- [Problem to work on]
Once you reach the line containing "f 171 129 128" in the data below, restate each line word for word up to and including the one containing "f 75 186 184".

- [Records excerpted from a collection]

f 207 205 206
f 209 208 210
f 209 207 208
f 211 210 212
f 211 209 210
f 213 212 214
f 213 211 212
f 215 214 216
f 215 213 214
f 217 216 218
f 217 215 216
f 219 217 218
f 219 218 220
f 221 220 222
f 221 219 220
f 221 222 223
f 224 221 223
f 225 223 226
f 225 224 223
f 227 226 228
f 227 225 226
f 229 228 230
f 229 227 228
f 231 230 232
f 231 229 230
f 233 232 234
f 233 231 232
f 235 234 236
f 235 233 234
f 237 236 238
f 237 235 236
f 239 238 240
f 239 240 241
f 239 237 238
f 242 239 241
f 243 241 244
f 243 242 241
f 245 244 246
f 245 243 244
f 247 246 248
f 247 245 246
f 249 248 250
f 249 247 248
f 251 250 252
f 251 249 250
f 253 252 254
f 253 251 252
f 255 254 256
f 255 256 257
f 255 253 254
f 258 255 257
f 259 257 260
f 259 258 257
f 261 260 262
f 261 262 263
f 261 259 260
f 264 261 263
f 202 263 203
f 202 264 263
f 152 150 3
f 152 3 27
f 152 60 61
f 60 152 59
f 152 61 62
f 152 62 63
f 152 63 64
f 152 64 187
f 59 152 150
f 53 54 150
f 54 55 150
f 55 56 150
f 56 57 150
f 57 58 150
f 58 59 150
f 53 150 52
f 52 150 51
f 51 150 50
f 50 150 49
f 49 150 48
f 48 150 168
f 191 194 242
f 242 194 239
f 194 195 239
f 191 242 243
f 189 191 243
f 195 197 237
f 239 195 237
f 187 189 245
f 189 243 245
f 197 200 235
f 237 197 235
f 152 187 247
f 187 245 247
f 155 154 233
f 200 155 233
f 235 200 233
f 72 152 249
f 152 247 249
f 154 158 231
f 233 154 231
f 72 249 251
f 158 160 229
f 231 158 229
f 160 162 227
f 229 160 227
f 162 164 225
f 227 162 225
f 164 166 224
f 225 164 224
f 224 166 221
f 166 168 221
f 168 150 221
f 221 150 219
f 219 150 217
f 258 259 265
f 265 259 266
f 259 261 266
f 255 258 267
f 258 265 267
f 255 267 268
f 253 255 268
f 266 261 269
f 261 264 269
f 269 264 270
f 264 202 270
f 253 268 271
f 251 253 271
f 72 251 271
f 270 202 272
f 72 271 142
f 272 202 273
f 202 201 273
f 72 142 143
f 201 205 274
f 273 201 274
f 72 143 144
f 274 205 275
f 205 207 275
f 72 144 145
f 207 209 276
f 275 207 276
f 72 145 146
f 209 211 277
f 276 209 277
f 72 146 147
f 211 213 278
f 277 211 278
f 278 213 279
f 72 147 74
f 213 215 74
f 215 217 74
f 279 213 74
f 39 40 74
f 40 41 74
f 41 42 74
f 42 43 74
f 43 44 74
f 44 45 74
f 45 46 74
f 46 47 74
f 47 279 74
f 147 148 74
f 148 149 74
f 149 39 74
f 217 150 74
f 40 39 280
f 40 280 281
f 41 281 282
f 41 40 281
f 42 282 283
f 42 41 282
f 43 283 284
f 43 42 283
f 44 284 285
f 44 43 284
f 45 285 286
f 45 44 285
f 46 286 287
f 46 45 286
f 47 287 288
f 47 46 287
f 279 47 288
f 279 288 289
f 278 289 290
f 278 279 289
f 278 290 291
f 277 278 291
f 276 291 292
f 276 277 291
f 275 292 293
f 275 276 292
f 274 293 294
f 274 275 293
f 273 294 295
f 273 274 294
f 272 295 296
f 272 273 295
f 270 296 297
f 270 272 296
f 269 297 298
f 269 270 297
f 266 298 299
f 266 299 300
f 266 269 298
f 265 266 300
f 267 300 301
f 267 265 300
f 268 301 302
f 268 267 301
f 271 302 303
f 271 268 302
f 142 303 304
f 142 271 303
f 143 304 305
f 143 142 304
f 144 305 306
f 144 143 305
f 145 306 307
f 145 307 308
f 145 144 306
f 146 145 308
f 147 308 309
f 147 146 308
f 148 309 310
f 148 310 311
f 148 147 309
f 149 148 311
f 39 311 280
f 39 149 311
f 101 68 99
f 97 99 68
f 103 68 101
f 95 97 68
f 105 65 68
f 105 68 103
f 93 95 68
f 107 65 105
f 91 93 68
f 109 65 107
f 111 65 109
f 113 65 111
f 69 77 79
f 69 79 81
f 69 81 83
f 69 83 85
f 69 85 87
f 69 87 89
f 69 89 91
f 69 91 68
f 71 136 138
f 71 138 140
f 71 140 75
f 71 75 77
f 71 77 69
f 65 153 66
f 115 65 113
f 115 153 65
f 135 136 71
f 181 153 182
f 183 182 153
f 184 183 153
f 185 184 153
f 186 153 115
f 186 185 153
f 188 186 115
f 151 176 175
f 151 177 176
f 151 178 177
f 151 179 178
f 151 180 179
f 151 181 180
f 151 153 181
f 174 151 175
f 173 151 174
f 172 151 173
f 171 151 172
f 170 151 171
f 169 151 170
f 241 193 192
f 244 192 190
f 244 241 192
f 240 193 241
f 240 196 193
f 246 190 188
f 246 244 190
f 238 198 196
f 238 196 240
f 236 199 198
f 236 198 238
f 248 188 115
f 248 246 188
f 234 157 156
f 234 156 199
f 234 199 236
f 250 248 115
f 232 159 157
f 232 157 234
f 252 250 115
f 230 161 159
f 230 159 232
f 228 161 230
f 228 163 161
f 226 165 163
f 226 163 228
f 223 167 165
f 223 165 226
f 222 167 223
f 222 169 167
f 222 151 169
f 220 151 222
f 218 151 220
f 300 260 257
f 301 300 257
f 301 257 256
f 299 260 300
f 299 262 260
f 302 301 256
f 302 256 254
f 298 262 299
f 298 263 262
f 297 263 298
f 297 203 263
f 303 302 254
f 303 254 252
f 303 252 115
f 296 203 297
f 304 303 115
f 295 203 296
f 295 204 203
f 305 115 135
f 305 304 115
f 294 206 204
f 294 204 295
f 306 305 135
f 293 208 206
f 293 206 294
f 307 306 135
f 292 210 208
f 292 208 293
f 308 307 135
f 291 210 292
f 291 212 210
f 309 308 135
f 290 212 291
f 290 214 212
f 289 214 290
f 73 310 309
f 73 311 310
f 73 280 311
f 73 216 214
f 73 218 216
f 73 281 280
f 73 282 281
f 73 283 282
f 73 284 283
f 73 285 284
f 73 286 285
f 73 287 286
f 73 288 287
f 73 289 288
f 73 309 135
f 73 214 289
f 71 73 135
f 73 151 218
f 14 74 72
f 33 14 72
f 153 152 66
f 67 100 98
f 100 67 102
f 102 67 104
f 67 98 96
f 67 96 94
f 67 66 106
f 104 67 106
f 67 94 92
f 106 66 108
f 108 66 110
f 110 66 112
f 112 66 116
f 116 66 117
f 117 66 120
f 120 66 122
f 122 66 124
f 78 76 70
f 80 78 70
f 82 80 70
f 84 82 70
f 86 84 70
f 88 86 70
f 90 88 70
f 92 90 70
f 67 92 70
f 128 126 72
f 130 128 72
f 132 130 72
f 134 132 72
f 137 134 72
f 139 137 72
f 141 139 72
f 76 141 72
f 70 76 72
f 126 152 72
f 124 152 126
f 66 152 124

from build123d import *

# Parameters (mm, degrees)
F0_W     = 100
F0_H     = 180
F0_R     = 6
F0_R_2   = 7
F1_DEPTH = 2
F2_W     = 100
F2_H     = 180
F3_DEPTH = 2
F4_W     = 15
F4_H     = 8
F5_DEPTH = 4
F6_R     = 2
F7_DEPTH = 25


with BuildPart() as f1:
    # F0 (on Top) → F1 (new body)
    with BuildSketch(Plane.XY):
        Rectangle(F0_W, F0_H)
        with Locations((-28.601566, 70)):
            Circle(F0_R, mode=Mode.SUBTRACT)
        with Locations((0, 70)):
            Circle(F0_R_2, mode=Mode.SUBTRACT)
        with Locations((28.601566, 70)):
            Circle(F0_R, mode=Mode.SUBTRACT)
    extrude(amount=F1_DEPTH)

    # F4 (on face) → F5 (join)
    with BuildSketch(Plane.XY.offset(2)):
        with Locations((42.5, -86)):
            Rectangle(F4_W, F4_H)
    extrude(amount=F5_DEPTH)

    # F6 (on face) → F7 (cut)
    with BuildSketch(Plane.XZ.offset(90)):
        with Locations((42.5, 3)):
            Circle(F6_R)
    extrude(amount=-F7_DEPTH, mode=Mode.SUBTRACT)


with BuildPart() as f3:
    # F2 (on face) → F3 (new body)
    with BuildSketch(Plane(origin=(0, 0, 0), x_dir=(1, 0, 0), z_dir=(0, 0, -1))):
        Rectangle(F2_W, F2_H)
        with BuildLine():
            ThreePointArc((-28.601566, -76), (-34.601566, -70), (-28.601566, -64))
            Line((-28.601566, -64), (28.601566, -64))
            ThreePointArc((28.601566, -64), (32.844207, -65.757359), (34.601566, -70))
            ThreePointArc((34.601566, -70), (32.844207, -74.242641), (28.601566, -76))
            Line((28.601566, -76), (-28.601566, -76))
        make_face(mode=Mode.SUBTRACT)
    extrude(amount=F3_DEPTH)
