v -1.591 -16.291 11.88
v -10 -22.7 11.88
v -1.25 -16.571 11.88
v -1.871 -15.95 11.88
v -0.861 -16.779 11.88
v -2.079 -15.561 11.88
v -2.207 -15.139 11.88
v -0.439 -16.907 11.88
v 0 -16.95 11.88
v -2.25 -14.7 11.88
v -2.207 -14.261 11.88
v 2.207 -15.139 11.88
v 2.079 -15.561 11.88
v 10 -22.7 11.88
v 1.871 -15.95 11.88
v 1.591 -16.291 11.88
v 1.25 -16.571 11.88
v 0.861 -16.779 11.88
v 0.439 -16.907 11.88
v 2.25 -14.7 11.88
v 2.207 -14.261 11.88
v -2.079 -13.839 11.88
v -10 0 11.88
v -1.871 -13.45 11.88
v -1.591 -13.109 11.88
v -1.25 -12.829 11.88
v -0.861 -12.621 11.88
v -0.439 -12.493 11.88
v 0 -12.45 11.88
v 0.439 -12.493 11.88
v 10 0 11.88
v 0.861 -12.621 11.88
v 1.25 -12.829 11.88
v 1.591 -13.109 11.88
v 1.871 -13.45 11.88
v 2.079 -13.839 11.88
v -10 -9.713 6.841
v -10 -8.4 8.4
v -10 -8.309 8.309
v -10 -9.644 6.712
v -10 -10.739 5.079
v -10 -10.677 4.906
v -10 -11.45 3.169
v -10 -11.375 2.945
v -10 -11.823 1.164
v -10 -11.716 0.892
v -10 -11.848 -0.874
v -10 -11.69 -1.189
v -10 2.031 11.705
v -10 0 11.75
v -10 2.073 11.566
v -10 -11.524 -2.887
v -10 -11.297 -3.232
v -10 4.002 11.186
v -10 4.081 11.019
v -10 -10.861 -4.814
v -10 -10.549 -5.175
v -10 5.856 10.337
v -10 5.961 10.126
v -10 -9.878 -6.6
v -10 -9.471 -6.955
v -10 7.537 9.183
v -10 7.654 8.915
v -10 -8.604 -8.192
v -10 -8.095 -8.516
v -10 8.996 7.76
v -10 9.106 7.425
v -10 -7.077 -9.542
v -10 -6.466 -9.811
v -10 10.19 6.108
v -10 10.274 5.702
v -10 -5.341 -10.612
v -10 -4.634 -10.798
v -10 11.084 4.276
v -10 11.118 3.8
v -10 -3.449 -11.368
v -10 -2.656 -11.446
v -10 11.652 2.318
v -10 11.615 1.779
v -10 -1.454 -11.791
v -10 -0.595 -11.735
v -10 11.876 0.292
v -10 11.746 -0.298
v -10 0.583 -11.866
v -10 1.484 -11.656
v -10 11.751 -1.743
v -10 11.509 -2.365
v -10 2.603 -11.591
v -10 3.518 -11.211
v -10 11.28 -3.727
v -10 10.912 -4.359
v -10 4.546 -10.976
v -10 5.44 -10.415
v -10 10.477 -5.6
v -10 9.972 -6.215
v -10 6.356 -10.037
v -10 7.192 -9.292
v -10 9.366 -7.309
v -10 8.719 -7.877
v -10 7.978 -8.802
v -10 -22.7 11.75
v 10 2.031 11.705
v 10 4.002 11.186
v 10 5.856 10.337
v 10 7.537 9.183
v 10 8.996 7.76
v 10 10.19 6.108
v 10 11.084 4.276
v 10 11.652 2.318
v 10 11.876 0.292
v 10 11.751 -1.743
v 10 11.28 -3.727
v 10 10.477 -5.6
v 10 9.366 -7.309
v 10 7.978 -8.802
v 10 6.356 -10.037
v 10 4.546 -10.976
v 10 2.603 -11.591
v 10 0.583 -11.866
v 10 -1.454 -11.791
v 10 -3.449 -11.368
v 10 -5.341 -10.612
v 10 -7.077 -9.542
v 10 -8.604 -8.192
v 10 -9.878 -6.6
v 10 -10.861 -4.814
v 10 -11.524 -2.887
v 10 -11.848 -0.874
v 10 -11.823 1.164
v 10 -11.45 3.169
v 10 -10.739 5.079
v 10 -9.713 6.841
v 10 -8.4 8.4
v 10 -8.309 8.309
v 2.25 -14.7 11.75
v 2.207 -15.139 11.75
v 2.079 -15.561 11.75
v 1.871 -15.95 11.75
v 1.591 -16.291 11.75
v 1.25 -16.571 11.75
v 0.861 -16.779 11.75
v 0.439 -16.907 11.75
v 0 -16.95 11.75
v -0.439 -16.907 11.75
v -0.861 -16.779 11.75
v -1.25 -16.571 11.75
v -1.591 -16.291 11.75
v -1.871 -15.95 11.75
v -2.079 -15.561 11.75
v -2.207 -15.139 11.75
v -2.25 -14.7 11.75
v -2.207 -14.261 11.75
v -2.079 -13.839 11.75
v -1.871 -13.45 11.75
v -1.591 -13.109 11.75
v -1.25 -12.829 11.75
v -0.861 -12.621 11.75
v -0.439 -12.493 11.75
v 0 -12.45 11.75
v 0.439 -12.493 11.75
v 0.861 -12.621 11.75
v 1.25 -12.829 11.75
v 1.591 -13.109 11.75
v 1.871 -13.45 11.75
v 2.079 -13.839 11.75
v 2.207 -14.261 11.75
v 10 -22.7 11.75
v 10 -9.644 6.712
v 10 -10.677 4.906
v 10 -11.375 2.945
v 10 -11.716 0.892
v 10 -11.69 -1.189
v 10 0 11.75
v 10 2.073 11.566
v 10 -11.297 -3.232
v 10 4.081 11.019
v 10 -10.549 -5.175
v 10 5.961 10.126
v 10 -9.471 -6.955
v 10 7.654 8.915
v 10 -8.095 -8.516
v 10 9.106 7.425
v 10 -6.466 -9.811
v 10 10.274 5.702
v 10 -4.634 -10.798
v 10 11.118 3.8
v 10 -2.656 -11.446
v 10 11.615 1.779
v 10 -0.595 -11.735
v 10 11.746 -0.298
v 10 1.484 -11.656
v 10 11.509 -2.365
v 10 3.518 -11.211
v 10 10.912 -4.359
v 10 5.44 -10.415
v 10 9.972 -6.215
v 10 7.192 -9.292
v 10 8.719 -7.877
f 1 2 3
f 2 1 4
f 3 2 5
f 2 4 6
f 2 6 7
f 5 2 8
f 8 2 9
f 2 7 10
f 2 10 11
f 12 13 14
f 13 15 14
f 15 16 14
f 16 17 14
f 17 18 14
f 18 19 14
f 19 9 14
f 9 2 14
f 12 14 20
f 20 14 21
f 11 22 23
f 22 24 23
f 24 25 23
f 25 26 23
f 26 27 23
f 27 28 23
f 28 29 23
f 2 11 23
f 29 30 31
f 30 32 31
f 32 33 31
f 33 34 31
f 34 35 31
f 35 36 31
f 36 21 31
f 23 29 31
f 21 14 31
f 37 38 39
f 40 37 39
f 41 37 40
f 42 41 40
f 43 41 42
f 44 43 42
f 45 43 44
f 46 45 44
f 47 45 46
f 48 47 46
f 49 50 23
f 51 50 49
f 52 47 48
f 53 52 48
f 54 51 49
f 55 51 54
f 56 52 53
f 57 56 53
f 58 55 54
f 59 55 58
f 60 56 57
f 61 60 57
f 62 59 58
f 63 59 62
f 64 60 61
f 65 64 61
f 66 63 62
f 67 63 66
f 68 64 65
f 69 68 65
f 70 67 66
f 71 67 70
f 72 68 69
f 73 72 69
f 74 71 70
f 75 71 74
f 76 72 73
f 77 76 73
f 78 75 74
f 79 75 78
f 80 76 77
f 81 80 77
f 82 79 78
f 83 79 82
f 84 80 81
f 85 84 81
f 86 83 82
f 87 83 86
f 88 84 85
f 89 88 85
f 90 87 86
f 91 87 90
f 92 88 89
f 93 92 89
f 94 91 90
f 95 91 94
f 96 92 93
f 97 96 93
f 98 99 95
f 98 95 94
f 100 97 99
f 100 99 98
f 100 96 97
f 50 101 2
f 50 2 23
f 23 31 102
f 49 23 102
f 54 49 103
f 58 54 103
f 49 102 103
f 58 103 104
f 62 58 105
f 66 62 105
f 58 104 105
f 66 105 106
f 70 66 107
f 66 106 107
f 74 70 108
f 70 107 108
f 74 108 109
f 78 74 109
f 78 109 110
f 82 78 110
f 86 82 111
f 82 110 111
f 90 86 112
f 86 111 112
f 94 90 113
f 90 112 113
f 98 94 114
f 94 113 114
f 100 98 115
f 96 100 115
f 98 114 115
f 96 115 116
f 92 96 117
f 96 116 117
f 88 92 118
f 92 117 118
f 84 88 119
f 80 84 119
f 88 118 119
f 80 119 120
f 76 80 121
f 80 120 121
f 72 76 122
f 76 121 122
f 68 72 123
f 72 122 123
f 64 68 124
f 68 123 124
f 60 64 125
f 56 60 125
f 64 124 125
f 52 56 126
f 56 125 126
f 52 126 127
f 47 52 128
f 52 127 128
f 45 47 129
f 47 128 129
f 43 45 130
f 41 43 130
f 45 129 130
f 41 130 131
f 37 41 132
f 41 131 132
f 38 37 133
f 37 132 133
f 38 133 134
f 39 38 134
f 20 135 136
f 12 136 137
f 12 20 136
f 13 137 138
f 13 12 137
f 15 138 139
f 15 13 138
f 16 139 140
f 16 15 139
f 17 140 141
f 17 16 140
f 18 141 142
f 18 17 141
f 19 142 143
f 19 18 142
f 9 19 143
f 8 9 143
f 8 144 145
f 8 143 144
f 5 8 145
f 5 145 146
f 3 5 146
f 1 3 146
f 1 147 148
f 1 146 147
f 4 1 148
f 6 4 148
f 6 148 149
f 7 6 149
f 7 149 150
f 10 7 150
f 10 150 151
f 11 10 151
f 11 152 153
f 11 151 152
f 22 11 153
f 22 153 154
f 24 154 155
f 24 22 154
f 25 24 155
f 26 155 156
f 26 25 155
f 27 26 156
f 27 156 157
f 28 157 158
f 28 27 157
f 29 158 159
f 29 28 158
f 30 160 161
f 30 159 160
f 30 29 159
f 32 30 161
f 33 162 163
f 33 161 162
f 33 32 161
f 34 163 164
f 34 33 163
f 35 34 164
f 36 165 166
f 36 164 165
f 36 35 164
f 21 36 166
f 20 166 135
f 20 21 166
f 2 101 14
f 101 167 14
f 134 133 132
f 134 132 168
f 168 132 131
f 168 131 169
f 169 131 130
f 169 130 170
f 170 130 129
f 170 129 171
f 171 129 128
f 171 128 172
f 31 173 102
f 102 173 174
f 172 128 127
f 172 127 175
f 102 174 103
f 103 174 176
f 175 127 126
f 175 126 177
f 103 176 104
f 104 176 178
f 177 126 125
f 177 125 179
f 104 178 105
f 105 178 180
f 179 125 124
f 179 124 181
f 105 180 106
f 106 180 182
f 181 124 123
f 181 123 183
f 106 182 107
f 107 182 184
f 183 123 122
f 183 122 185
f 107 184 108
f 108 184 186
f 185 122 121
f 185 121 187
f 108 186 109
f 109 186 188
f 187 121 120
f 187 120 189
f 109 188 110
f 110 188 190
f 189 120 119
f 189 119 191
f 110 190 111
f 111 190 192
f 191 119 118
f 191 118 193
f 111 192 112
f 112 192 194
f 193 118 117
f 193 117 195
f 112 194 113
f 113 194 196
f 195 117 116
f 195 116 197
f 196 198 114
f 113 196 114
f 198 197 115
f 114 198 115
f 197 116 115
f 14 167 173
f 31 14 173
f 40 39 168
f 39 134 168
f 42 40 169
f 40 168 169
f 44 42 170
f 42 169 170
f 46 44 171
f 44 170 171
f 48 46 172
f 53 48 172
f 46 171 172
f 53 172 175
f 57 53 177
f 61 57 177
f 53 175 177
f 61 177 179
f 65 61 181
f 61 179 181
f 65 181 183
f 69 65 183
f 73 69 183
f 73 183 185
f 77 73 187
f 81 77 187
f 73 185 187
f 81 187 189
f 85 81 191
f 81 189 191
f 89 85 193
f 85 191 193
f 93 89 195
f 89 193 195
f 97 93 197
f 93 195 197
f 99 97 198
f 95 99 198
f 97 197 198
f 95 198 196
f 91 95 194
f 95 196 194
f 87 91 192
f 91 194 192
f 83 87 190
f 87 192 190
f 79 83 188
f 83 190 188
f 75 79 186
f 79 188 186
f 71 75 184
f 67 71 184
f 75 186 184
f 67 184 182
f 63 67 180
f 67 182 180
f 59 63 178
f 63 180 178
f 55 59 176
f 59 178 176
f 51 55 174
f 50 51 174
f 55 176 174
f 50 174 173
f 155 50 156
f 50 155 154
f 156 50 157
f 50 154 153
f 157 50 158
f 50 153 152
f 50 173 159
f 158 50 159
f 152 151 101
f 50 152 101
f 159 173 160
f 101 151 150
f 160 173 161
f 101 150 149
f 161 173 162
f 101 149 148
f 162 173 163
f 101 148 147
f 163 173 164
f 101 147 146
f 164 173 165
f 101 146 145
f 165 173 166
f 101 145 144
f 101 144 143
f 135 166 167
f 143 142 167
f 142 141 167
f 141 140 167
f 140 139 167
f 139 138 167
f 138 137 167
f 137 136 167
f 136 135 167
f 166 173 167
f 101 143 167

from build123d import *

# Parameters (mm, degrees)
BOSS_EXTRUDE1_DEPTH = 10
CUT_EXTRUDE1_REACH  = 36.349
SKETCH2_R           = 2.25


with BuildPart() as part:
    # Sketch1 → Boss-Extrude1 (new, symmetric)
    with BuildSketch(Plane(origin=(0, 0, 0), x_dir=(0, -1, 0), z_dir=(1, 0, 0))):
        with BuildLine():
            Line((8.40042856, -8.40042856), (8.308504679, -8.308504679))
            ThreePointArc((8.308504679, -8.308504679), (-4.49653033, 10.855584507), (0, -11.75))
            Line((0, -11.75), (22.7, -11.75))
            Line((22.7, -11.75), (22.7, -11.88))
            Line((22.7, -11.88), (0, -11.88))
            ThreePointArc((0, -11.88), (-4.546279176, 10.975688846), (8.40042856, -8.40042856))
        make_face()
    extrude(amount=BOSS_EXTRUDE1_DEPTH, both=True)

    # Sketch2 → Cut-Extrude1 (cut, up to next)
    with BuildSketch(Plane(origin=(0, 0, 11.88), x_dir=(-1, 0, 0), z_dir=(0, 0, -1)), mode=Mode.PRIVATE) as cut_extrude1_sk1:
        with Locations(Location((0, -14.7, 0), (0, 0, 180))):
            Circle(SKETCH2_R)
    cut_extrude1_tool1 = extrude(cut_extrude1_sk1.sketch, amount=CUT_EXTRUDE1_REACH, mode=Mode.PRIVATE) & part.part
    add(cut_extrude1_tool1.solids().sort_by_distance((0, -14.7, 11.88))[0], mode=Mode.SUBTRACT)


solid = part.part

- [Answer to this problem]
f 171 129 128
f 171 128 172
f 31 173 102
f 102 173 174
f 172 128 127
f 172 127 175
f 102 174 103
f 103 174 176
f 175 127 126
f 175 126 177
f 103 176 104
f 104 176 178
f 177 126 125
f 177 125 179
f 104 178 105
f 105 178 180
f 179 125 124
f 179 124 181
f 105 180 106
f 106 180 182
f 181 124 123
f 181 123 183
f 106 182 107
f 107 182 184
f 183 123 122
f 183 122 185
f 107 184 108
f 108 184 186
f 185 122 121
f 185 121 187
f 108 186 109
f 109 186 188
f 187 121 120
f 187 120 189
f 109 188 110
f 110 188 190
f 189 120 119
f 189 119 191
f 110 190 111
f 111 190 192
f 191 119 118
f 191 118 193
f 111 192 112
f 112 192 194
f 193 118 117
f 193 117 195
f 112 194 113
f 113 194 196
f 195 117 116
f 195 116 197
f 196 198 114
f 113 196 114
f 198 197 115
f 114 198 115
f 197 116 115
f 14 167 173
f 31 14 173
f 40 39 168
f 39 134 168
f 42 40 169
f 40 168 169
f 44 42 170
f 42 169 170
f 46 44 171
f 44 170 171
f 48 46 172
f 53 48 172
f 46 171 172
f 53 172 175
f 57 53 177
f 61 57 177
f 53 175 177
f 61 177 179
f 65 61 181
f 61 179 181
f 65 181 183
f 69 65 183
f 73 69 183
f 73 183 185
f 77 73 187
f 81 77 187
f 73 185 187
f 81 187 189
f 85 81 191
f 81 189 191
f 89 85 193
f 85 191 193
f 93 89 195
f 89 193 195
f 97 93 197
f 93 195 197
f 99 97 198
f 95 99 198
f 97 197 198
f 95 198 196
f 91 95 194
f 95 196 194
f 87 91 192
f 91 194 192
f 83 87 190
f 87 192 190
f 79 83 188
f 83 190 188
f 75 79 186
f 79 188 186
f 71 75 184
f 67 71 184
f 75 186 184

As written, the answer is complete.